Working through the lines below, return each one that holds "Locations".
++++++
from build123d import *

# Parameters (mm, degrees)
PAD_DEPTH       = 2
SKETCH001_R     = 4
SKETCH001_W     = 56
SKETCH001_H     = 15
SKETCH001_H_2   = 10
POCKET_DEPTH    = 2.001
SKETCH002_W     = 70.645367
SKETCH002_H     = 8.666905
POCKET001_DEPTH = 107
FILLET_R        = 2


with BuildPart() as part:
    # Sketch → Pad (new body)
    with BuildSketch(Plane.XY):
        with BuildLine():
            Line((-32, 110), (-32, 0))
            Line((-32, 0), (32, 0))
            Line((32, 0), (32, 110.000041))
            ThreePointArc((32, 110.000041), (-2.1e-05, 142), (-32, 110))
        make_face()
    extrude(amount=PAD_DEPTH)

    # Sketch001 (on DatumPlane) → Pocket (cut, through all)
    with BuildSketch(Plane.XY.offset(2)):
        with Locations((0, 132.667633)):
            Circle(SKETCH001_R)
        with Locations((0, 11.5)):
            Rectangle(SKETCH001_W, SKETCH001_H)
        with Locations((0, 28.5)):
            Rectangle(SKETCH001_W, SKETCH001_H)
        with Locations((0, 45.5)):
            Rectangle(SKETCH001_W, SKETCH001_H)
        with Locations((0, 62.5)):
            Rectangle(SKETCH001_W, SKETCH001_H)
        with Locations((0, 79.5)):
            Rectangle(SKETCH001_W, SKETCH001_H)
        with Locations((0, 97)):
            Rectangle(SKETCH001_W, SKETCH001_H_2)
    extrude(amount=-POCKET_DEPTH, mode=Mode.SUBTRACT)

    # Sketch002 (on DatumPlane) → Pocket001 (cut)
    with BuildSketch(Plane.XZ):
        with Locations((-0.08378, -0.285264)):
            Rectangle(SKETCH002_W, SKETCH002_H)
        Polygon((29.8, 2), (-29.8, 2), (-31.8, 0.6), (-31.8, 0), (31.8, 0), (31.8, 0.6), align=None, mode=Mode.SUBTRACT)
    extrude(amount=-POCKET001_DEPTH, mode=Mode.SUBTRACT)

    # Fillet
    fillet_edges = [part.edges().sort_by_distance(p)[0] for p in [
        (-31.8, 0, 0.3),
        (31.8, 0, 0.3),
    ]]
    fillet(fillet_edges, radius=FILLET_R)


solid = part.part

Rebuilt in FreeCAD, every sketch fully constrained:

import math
import FreeCAD as App
import Part
import Sketcher
Q = App.Units.Quantity


def edges_at(feature, points):
    """Names of the edges that pass closest to the given points."""
    edges = feature.Shape.Edges
    near = lambda p: min(range(len(edges)), key=lambda i: edges[i].distToShape(Part.Vertex(*p))[0])
    return sorted({f"Edge{near(p) + 1}" for p in points})

doc = App.newDocument("Part")
body = doc.addObject("PartDesign::Body", "Body")

# Sketch on XY plane
sketch1 = body.newObject("Sketcher::SketchObject", "Sketch")
sketch1.AttachmentSupport = (doc.getObject("XY_Plane"), [""])
sketch1.MapMode = "FlatFace"
sketch1.addGeometry(Part.LineSegment(App.Vector(-32, 110, 0), App.Vector(-32, 0, 0)), False)
sketch1.addGeometry(Part.LineSegment(App.Vector(-32, 0, 0), App.Vector(32, 0, 0)), False)
sketch1.addGeometry(Part.LineSegment(App.Vector(32, 0, 0), App.Vector(32, 110.000041, 0)), False)
sketch1.addGeometry(Part.ArcOfCircle(Part.Circle(App.Vector(0, 110, 0), App.Vector(0, 0, 1), 32), math.radians(0.000073), math.radians(180)), False)
sketch1.addConstraint(Sketcher.Constraint("Coincident", 0, 2, 1, 1))
sketch1.addConstraint(Sketcher.Constraint("Coincident", 1, 2, 2, 1))
sketch1.addConstraint(Sketcher.Constraint("Coincident", 2, 2, 3, 1))
sketch1.addConstraint(Sketcher.Constraint("Coincident", 3, 2, 0, 1))
sketch1.addConstraint(Sketcher.Constraint("Vertical", 0))
sketch1.addConstraint(Sketcher.Constraint("Horizontal", 1))
sketch1.addConstraint(Sketcher.Constraint("Vertical", 2))
sketch1.addConstraint(Sketcher.Constraint("PointOnObject", 3, 3, -2))
sketch1.addConstraint(Sketcher.Constraint("PointOnObject", 0, 2, -1))
sketch1.addConstraint(Sketcher.Constraint("Radius", 3, Q("32 mm")))
sketch1.addConstraint(Sketcher.Constraint("DistanceY", 0, 2, 0, 1, Q("110 mm")))
sketch1.addConstraint(Sketcher.Constraint("DistanceY", -1, 1, 3, 3, Q("110 mm")))
sketch1.addConstraint(Sketcher.Constraint("DistanceY", 2, 1, 2, 2, Q("110.000041 mm")))
pad1 = body.newObject("PartDesign::Pad", "Pad")
pad1.Profile = sketch1
pad1.Length = 2

# Sketch on XY plane
sketch2 = body.newObject("Sketcher::SketchObject", "Sketch001")
sketch2.AttachmentSupport = (doc.getObject("XY_Plane"), [""])
sketch2.MapMode = "FlatFace"
sketch2.AttachmentOffset = App.Placement(App.Vector(0, 0, 2), App.Rotation())
sketch2.addGeometry(Part.Circle(App.Vector(0, 132.7, 0), App.Vector(0, 0, 1), 4), False)
sketch2.addGeometry(Part.LineSegment(App.Vector(-28, 19, 0), App.Vector(-28, 4, 0)), False)
sketch2.addGeometry(Part.LineSegment(App.Vector(-28, 4, 0), App.Vector(28, 4, 0)), False)
sketch2.addGeometry(Part.LineSegment(App.Vector(28, 4, 0), App.Vector(28, 19, 0)), False)
sketch2.addGeometry(Part.LineSegment(App.Vector(28, 19, 0), App.Vector(-28, 19, 0)), False)
sketch2.addGeometry(Part.LineSegment(App.Vector(-28, 36, 0), App.Vector(-28, 21, 0)), False)
sketch2.addGeometry(Part.LineSegment(App.Vector(-28, 21, 0), App.Vector(28, 21, 0)), False)
sketch2.addGeometry(Part.LineSegment(App.Vector(28, 21, 0), App.Vector(28, 36, 0)), False)
sketch2.addGeometry(Part.LineSegment(App.Vector(28, 36, 0), App.Vector(-28, 36, 0)), False)
sketch2.addGeometry(Part.LineSegment(App.Vector(-28, 53, 0), App.Vector(-28, 38, 0)), False)
sketch2.addGeometry(Part.LineSegment(App.Vector(-28, 38, 0), App.Vector(28, 38, 0)), False)
sketch2.addGeometry(Part.LineSegment(App.Vector(28, 38, 0), App.Vector(28, 53, 0)), False)
sketch2.addGeometry(Part.LineSegment(App.Vector(28, 53, 0), App.Vector(-28, 53, 0)), False)
sketch2.addGeometry(Part.LineSegment(App.Vector(-28, 70, 0), App.Vector(-28, 55, 0)), False)
sketch2.addGeometry(Part.LineSegment(App.Vector(-28, 55, 0), App.Vector(28, 55, 0)), False)
sketch2.addGeometry(Part.LineSegment(App.Vector(28, 55, 0), App.Vector(28, 70, 0)), False)
sketch2.addGeometry(Part.LineSegment(App.Vector(28, 70, 0), App.Vector(-28, 70, 0)), False)
sketch2.addGeometry(Part.LineSegment(App.Vector(-28, 87, 0), App.Vector(-28, 72, 0)), False)
sketch2.addGeometry(Part.LineSegment(App.Vector(-28, 72, 0), App.Vector(28, 72, 0)), False)
sketch2.addGeometry(Part.LineSegment(App.Vector(28, 72, 0), App.Vector(28, 87, 0)), False)
sketch2.addGeometry(Part.LineSegment(App.Vector(28, 87, 0), App.Vector(-28, 87, 0)), False)
sketch2.addGeometry(Part.LineSegment(App.Vector(-28, 102, 0), App.Vector(-28, 92, 0)), False)
sketch2.addGeometry(Part.LineSegment(App.Vector(-28, 92, 0), App.Vector(28, 92, 0)), False)
sketch2.addGeometry(Part.LineSegment(App.Vector(28, 92, 0), App.Vector(28, 102, 0)), False)
sketch2.addGeometry(Part.LineSegment(App.Vector(28, 102, 0), App.Vector(-28, 102, 0)), False)
sketch2.addConstraint(Sketcher.Constraint("Coincident", 1, 2, 2, 1))
sketch2.addConstraint(Sketcher.Constraint("Coincident", 2, 2, 3, 1))
sketch2.addConstraint(Sketcher.Constraint("Coincident", 3, 2, 4, 1))
sketch2.addConstraint(Sketcher.Constraint("Coincident", 4, 2, 1, 1))
sketch2.addConstraint(Sketcher.Constraint("Coincident", 5, 2, 6, 1))
sketch2.addConstraint(Sketcher.Constraint("Coincident", 6, 2, 7, 1))
sketch2.addConstraint(Sketcher.Constraint("Coincident", 7, 2, 8, 1))
sketch2.addConstraint(Sketcher.Constraint("Coincident", 8, 2, 5, 1))
sketch2.addConstraint(Sketcher.Constraint("Coincident", 9, 2, 10, 1))
sketch2.addConstraint(Sketcher.Constraint("Coincident", 10, 2, 11, 1))
sketch2.addConstraint(Sketcher.Constraint("Coincident", 11, 2, 12, 1))
sketch2.addConstraint(Sketcher.Constraint("Coincident", 12, 2, 9, 1))
sketch2.addConstraint(Sketcher.Constraint("Coincident", 13, 2, 14, 1))
sketch2.addConstraint(Sketcher.Constraint("Coincident", 14, 2, 15, 1))
sketch2.addConstraint(Sketcher.Constraint("Coincident", 15, 2, 16, 1))
sketch2.addConstraint(Sketcher.Constraint("Coincident", 16, 2, 13, 1))
sketch2.addConstraint(Sketcher.Constraint("Coincident", 17, 2, 18, 1))
sketch2.addConstraint(Sketcher.Constraint("Coincident", 18, 2, 19, 1))
sketch2.addConstraint(Sketcher.Constraint("Coincident", 19, 2, 20, 1))
sketch2.addConstraint(Sketcher.Constraint("Coincident", 20, 2, 17, 1))
sketch2.addConstraint(Sketcher.Constraint("Coincident", 21, 2, 22, 1))
sketch2.addConstraint(Sketcher.Constraint("Coincident", 22, 2, 23, 1))
sketch2.addConstraint(Sketcher.Constraint("Coincident", 23, 2, 24, 1))
sketch2.addConstraint(Sketcher.Constraint("Coincident", 24, 2, 21, 1))
sketch2.addConstraint(Sketcher.Constraint("Vertical", 1))
sketch2.addConstraint(Sketcher.Constraint("Horizontal", 2))
sketch2.addConstraint(Sketcher.Constraint("Vertical", 3))
sketch2.addConstraint(Sketcher.Constraint("Horizontal", 4))
sketch2.addConstraint(Sketcher.Constraint("Vertical", 5))
sketch2.addConstraint(Sketcher.Constraint("Horizontal", 6))
sketch2.addConstraint(Sketcher.Constraint("Vertical", 7))
sketch2.addConstraint(Sketcher.Constraint("Horizontal", 8))
sketch2.addConstraint(Sketcher.Constraint("Vertical", 9))
sketch2.addConstraint(Sketcher.Constraint("Horizontal", 10))
sketch2.addConstraint(Sketcher.Constraint("Vertical", 11))
sketch2.addConstraint(Sketcher.Constraint("Horizontal", 12))
sketch2.addConstraint(Sketcher.Constraint("Vertical", 13))
sketch2.addConstraint(Sketcher.Constraint("Horizontal", 14))
sketch2.addConstraint(Sketcher.Constraint("Vertical", 15))
sketch2.addConstraint(Sketcher.Constraint("Horizontal", 16))
sketch2.addConstraint(Sketcher.Constraint("Vertical", 17))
++++++
→ THE COMPLETED TASK
        with Locations((0, 132.667633)):
        with Locations((0, 11.5)):
        with Locations((0, 28.5)):
        with Locations((0, 45.5)):
        with Locations((0, 62.5)):
        with Locations((0, 79.5)):
        with Locations((0, 97)):
        with Locations((-0.08378, -0.285264)):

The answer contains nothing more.